Latarnie Morskie Dla Wszechświata - Piramidy Egipskie - Alternatywny Widok

Wideo: Latarnie Morskie Dla Wszechświata - Piramidy Egipskie - Alternatywny Widok

Wideo: Latarnie Morskie Dla Wszechświata - Piramidy Egipskie - Alternatywny Widok
Wideo: Haid Al Jazil - Wioska na klifie 100 metrów nad ziemią, w której mieszkają ludzie 2024, Może
Anonim

Iwan Bunin pisał o tym, co zobaczyli zdobywcy, gdy wpadli do komory grobowej Wielkiej Piramidy: „Po oświetleniu polerowanych granitowych ścian tej komory pochodniami, lśniącymi jak czarny lód, wycofał się z przerażeniem: pośrodku stał prostokątny i również cały czarny sarkofag. Leżała w nim mumia w złotej zbroi, obsypana drogocennymi kamieniami i ze złotym mieczem u biodra. Na czole mumii wielki karbunkuł płonął czerwonym ogniem, cały pokryty literami niezrozumiałymi dla żadnego śmiertelnika …"

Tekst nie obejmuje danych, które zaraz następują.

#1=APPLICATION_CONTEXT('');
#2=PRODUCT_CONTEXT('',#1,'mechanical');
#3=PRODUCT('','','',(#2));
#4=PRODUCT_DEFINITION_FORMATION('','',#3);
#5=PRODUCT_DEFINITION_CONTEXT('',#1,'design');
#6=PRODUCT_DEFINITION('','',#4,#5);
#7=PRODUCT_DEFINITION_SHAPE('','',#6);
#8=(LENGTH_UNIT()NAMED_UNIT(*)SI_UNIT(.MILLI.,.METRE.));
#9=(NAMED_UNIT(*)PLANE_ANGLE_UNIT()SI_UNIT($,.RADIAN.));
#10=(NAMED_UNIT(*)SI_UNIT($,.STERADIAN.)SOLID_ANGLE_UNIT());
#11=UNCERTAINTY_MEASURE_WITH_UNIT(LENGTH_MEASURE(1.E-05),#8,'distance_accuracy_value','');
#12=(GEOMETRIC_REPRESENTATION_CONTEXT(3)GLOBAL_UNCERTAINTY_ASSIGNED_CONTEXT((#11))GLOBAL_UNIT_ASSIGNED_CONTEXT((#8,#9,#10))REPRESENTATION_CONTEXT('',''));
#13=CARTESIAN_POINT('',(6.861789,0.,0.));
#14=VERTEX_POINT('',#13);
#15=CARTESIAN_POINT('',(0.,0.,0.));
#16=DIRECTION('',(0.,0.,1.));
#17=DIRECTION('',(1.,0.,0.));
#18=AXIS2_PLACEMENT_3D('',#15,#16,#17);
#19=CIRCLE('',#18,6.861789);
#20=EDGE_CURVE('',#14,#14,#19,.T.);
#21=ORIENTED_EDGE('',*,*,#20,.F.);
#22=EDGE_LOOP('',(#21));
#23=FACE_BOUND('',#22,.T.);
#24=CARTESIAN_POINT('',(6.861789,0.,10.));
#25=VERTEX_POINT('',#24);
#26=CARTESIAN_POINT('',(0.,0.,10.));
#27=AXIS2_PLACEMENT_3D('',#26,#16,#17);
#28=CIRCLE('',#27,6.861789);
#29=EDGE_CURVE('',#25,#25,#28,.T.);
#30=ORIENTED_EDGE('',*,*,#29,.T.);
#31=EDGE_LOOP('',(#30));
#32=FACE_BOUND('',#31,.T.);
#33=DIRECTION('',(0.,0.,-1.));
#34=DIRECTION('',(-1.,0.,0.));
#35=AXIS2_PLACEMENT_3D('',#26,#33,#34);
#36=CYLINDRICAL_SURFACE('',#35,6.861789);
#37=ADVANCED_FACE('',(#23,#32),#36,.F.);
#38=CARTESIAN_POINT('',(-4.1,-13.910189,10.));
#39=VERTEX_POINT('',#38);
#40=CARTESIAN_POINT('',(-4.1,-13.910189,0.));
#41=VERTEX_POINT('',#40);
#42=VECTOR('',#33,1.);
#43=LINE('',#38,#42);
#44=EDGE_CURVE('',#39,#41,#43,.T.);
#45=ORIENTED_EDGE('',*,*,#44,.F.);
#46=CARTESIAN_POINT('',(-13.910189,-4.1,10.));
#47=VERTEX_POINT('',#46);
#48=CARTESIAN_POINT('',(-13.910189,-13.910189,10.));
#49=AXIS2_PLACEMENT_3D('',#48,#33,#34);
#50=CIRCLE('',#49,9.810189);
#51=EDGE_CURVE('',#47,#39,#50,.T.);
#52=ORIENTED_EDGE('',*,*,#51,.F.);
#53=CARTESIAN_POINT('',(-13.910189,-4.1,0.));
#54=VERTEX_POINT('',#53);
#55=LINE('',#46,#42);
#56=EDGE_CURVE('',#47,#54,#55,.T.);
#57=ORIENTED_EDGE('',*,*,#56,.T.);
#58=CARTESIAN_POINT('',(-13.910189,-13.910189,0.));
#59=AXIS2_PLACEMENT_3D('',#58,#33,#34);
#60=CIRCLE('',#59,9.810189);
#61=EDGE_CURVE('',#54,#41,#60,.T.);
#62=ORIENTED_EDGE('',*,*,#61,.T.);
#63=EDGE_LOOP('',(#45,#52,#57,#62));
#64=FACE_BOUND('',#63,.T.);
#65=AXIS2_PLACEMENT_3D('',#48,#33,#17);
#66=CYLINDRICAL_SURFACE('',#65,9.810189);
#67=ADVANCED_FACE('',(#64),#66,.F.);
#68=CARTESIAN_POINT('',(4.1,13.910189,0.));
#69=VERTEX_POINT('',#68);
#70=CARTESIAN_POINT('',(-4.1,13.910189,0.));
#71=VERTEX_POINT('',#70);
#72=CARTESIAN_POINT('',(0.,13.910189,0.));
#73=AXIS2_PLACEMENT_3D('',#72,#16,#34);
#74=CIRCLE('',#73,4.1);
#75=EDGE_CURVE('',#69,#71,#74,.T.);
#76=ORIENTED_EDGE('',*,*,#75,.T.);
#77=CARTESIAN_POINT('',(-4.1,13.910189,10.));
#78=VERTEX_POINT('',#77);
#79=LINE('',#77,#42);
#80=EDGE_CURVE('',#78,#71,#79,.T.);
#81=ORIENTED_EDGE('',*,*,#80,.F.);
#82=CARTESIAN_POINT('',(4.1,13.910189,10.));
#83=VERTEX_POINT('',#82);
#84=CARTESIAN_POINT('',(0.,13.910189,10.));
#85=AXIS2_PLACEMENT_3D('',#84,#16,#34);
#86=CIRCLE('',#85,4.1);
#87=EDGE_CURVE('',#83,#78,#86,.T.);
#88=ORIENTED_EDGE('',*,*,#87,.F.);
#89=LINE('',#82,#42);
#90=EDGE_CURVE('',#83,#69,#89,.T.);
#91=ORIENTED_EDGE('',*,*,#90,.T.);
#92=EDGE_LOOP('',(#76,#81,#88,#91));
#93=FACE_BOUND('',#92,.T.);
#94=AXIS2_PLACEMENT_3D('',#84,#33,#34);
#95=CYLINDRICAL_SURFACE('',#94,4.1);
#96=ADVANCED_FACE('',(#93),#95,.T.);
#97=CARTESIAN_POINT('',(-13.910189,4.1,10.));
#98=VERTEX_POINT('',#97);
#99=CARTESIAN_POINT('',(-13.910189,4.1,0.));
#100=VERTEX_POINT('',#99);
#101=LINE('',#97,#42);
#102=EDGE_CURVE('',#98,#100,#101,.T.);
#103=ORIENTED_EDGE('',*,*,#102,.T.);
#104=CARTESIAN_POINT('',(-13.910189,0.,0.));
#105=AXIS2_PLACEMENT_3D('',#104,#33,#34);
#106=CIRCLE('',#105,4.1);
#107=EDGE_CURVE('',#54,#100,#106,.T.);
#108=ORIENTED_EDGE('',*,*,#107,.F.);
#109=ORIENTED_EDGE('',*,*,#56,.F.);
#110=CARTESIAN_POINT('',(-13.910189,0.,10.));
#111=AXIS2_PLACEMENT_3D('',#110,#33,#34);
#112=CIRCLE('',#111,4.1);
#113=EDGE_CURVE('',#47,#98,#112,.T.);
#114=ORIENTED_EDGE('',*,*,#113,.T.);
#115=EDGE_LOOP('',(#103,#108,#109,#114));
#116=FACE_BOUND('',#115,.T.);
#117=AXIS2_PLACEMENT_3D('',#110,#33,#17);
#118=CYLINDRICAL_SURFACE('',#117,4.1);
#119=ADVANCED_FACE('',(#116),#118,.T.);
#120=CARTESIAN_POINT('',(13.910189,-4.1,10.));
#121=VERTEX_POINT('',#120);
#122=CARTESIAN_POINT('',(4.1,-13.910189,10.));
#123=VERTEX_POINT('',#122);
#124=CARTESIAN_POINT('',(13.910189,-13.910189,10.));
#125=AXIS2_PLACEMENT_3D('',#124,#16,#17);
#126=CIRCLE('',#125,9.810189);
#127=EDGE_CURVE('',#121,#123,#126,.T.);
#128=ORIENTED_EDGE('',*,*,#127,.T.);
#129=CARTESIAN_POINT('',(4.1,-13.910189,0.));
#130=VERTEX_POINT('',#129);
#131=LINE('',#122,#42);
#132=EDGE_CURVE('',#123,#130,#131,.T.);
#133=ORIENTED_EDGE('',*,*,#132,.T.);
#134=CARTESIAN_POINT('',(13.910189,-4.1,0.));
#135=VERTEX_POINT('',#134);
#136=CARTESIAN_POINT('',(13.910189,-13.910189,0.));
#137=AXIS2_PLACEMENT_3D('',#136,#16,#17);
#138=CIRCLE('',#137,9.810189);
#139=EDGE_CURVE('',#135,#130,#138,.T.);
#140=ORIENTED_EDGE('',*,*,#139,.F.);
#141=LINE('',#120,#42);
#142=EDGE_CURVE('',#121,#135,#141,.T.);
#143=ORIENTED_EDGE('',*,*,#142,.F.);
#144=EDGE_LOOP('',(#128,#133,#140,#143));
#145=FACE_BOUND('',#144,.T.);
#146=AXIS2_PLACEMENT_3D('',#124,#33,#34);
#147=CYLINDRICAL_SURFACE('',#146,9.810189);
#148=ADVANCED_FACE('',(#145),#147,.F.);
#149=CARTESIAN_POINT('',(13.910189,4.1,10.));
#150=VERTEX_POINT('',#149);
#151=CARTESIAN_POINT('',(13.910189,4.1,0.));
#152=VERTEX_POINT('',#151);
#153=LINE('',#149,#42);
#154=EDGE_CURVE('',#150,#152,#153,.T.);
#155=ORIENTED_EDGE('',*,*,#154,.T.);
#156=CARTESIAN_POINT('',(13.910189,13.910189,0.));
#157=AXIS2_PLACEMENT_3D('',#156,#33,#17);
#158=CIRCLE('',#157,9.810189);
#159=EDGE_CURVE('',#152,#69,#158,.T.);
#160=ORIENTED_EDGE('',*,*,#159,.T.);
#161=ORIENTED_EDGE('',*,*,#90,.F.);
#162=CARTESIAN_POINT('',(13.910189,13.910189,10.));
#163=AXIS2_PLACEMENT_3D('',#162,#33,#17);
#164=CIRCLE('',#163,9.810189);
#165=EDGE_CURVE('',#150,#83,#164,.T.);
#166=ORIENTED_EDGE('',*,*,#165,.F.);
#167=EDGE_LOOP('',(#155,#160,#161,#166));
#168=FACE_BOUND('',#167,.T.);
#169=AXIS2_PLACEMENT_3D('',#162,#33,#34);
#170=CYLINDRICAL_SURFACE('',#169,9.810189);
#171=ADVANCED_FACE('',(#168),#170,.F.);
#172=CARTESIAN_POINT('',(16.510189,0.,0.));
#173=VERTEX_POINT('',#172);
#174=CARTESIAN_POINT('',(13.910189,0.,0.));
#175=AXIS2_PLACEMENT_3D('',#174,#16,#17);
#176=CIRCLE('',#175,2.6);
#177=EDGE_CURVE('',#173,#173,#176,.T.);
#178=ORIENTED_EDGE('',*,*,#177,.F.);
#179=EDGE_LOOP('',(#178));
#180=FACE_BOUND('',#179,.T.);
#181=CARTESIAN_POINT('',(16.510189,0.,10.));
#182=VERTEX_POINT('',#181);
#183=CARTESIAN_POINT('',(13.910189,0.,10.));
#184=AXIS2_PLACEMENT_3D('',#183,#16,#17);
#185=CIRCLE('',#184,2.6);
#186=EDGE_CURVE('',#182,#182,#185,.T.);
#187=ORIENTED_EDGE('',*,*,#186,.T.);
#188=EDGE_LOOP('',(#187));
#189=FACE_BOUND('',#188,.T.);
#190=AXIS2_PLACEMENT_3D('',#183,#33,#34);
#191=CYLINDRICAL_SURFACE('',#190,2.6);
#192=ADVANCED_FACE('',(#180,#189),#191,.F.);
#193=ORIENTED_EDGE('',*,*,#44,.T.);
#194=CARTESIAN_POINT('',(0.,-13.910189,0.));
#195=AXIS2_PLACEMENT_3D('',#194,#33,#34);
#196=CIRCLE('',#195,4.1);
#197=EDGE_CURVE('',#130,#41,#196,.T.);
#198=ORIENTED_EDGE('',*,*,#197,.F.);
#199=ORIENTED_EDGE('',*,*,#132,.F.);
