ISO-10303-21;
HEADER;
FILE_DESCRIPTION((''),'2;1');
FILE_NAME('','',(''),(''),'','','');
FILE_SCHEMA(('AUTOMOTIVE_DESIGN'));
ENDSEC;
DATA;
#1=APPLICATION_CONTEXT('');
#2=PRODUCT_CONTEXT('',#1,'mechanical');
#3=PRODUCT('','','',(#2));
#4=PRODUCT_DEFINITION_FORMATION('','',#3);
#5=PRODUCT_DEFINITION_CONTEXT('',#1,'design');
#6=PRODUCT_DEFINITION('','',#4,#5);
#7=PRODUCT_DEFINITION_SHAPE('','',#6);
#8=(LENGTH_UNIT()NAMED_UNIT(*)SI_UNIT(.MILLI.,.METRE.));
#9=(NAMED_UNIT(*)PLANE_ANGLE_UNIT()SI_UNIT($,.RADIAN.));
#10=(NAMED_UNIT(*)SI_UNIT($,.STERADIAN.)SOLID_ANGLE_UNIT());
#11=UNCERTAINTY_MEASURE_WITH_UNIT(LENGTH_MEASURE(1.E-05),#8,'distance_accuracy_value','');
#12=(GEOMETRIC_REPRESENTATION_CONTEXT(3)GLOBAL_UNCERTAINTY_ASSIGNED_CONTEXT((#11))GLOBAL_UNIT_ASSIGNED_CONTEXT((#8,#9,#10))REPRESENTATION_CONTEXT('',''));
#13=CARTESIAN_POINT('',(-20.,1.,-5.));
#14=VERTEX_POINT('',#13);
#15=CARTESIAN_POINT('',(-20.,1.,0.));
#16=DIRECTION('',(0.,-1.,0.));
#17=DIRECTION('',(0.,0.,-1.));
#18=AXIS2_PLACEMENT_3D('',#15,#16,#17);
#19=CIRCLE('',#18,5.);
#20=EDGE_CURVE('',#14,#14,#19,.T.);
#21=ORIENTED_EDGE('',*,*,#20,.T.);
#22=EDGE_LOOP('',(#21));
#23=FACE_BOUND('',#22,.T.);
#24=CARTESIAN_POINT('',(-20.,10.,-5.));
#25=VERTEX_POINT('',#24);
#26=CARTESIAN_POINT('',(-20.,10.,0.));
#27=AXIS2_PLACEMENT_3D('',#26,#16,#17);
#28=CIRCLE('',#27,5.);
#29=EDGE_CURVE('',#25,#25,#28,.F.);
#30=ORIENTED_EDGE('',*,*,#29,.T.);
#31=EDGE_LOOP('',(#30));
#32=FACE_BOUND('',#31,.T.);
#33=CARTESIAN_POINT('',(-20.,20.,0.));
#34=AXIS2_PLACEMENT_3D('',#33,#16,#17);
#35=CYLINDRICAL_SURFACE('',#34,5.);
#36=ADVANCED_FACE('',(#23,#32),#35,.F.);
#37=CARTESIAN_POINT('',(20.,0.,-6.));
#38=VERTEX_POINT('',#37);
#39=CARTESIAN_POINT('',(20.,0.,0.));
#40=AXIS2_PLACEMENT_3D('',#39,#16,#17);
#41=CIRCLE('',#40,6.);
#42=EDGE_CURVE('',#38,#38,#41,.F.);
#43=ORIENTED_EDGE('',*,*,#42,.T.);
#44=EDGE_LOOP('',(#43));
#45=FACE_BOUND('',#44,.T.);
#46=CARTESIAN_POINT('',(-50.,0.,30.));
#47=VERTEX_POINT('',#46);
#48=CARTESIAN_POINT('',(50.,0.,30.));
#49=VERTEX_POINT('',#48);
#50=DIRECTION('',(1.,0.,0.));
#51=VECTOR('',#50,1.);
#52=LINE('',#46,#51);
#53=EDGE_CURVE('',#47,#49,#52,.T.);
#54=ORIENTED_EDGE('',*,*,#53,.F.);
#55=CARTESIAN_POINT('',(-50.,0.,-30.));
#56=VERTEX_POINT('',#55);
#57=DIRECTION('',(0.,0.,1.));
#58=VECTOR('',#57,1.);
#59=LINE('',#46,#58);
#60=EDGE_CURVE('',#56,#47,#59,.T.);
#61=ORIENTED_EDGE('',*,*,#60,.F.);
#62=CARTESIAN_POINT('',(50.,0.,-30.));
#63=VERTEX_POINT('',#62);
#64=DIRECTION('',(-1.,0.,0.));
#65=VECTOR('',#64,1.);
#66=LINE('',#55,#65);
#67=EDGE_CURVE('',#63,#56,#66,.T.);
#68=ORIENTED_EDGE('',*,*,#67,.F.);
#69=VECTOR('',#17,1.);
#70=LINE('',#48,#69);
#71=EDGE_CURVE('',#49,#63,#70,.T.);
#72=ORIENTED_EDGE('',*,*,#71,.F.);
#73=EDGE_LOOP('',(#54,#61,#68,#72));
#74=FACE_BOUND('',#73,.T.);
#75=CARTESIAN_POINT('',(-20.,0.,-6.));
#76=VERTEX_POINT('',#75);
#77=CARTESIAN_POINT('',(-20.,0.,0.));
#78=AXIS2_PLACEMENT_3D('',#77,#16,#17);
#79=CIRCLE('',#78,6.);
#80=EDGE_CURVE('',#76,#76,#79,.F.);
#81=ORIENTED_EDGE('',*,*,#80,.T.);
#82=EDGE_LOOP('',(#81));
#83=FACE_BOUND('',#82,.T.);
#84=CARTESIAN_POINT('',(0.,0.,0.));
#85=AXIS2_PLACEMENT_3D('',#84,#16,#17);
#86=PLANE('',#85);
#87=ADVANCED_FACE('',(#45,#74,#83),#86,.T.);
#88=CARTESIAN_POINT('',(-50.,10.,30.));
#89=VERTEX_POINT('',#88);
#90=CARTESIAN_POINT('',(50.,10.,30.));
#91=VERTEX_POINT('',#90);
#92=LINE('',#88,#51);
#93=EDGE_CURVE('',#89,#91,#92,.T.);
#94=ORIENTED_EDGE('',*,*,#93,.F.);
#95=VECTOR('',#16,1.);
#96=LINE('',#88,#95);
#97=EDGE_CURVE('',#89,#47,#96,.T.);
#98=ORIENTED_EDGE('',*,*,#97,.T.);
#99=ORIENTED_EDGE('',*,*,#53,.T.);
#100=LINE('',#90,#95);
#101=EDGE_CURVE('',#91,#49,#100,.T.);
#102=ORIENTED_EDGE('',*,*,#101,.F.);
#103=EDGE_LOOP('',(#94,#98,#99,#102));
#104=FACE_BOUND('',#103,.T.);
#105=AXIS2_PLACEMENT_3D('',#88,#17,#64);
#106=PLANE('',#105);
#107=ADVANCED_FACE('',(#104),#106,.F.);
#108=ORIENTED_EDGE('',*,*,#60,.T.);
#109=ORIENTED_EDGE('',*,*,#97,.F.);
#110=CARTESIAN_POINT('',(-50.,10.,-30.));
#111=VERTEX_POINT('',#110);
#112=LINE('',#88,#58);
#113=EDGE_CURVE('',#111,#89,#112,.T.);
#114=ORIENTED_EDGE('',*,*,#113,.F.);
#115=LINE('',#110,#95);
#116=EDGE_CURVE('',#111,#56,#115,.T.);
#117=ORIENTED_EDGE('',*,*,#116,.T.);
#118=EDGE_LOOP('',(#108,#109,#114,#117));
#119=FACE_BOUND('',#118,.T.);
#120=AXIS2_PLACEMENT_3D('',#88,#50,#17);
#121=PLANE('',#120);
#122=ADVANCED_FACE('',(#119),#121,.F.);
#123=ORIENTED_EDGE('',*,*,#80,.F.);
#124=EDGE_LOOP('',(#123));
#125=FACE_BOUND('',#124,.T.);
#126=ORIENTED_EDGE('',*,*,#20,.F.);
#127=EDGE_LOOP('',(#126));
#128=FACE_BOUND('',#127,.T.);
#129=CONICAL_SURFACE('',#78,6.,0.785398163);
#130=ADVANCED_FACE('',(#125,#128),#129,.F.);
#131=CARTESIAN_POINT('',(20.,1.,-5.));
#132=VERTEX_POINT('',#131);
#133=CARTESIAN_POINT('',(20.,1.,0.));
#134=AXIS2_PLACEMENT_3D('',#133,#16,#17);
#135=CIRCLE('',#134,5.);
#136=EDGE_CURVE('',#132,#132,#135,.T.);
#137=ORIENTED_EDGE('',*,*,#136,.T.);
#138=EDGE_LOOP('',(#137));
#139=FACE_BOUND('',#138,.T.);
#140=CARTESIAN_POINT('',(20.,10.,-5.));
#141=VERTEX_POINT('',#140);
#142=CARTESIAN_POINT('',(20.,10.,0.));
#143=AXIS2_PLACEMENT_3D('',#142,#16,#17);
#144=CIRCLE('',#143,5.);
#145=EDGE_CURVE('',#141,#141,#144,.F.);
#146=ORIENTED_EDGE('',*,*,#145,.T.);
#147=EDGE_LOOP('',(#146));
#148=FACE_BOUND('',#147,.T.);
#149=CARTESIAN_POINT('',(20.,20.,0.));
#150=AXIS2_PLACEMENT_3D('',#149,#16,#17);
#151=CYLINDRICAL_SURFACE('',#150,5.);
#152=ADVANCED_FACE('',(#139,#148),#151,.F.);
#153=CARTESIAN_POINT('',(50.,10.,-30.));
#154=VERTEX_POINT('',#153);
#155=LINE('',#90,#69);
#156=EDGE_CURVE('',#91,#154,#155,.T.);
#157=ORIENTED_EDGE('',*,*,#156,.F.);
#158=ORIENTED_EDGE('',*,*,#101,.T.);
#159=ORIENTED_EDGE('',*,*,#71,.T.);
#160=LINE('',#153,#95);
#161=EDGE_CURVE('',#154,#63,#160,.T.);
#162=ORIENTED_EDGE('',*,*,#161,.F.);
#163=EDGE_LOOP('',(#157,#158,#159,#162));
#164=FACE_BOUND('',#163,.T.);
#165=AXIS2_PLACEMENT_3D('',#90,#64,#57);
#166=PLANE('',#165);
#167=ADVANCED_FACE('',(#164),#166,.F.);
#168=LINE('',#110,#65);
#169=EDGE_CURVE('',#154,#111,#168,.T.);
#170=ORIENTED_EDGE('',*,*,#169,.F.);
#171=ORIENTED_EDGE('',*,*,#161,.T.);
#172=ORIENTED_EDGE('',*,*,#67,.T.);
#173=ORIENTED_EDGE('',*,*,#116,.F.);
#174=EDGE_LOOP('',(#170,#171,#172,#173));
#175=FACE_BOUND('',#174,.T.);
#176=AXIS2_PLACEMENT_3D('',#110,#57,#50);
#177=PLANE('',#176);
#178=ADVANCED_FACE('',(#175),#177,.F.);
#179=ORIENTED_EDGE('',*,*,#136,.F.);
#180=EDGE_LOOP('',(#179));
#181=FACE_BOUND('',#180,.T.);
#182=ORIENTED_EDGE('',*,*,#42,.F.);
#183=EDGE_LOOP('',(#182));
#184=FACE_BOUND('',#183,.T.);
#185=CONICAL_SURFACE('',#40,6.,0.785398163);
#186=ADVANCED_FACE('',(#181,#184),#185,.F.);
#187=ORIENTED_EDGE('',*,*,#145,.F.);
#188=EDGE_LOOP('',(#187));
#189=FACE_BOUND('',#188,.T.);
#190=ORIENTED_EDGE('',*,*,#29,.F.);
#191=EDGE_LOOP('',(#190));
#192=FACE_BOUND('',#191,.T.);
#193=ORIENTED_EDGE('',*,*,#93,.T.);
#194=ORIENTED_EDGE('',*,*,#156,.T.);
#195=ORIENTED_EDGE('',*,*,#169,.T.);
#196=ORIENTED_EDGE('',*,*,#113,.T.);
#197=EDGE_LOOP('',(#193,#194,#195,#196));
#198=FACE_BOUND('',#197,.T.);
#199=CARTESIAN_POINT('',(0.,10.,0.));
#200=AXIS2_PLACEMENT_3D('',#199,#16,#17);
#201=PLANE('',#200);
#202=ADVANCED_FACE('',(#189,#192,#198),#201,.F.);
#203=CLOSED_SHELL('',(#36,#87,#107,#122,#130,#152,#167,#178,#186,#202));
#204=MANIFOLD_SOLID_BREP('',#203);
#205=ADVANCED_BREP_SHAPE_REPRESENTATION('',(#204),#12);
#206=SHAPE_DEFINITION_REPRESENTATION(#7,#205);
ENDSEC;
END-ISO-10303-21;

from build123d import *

# Parameters (mm, degrees)
SKETCH_1_W          = 100
SKETCH_1_H          = 60
EXTRUDE_1_DEPTH     = 10
SKETCH_2_R          = 5
CUT_EXTRUDE_1_DEPTH = 20
SKETCH_3_R          = 5
CUT_EXTRUDE_2_DEPTH = 20
CHAMFER_1_SIZE      = 1


with BuildPart() as part:
    # 草图1 → 凸台-拉伸1 (new body)
    with BuildSketch(Plane(origin=(0, 0, 0), x_dir=(1, 0, 0), z_dir=(0, 1, 0))):
        Rectangle(SKETCH_1_W, SKETCH_1_H)
    extrude(amount=EXTRUDE_1_DEPTH)

    # 草图2 → 切除-拉伸1 (cut)
    with BuildSketch(Plane(origin=(0, 0, 0), x_dir=(1, 0, 0), z_dir=(0, 1, 0))):
        with Locations(Location((-20, 0, 0), (0, 0, 90))):
            Circle(SKETCH_2_R)
    extrude(amount=CUT_EXTRUDE_1_DEPTH, mode=Mode.SUBTRACT)

    # 草图3 → 切除-拉伸2 (cut)
    with BuildSketch(Plane(origin=(0, 0, 0), x_dir=(1, 0, 0), z_dir=(0, 1, 0))):
        with Locations(Location((20, 0, 0), (0, 0, 90))):
            Circle(SKETCH_3_R)
    extrude(amount=CUT_EXTRUDE_2_DEPTH, mode=Mode.SUBTRACT)

    # 倒角1
    chamfer_1_edges = [part.edges().sort_by_distance(p)[0] for p in [
        (-20, 0, 5),
        (20, 0, 5),
    ]]
    chamfer(chamfer_1_edges, length=CHAMFER_1_SIZE)


solid = part.part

I tak wchodzę do komnaty „Cheopsa - władcy horyzontu”, jak sam nakazał wpisywać na swojej piramidzie. Grób jest wspaniały. Zachwyca swoimi wymiarami: długość - 10,5 m, szerokość - 5,2, wysokość - 5,8. Ten pokój, wykończony ciemnym asuańskim granitem, z jakiegoś powodu sprawia, że zatrzymujesz się na progu. Ma specjalny ponury urok, własny nastrój i może sekret. Może dlatego, że jest nieoczekiwanie ogromny, czarny, pusty i tylko w oddali znajduje się samotny, złowieszczo czerwonawy sarkofag pod zachodnią ścianą.

Niestety, to już koniec drogi. Żadne inne przesłanki w piramidzie Cheopsa nie zostały jeszcze znalezione. Istnieje przypuszczenie, że gdzieś w głębi piramidy znajdują się sekretne pomieszczenia. Według jednego z zeznań jeszcze w XIX wieku podróżni przypadkowo przycisnęli jakiś kamień w murze i otworzył im się korytarz, po którym weszli do pomieszczenia wypełnionego dziwnymi metalowymi mechanizmami do połowy zakopanymi w piasku. Ale gdzie jest ten sekretny kamień? Gdzie jest ten sekretny pokój ze starożytną egipską technologią? Nikt nie wie…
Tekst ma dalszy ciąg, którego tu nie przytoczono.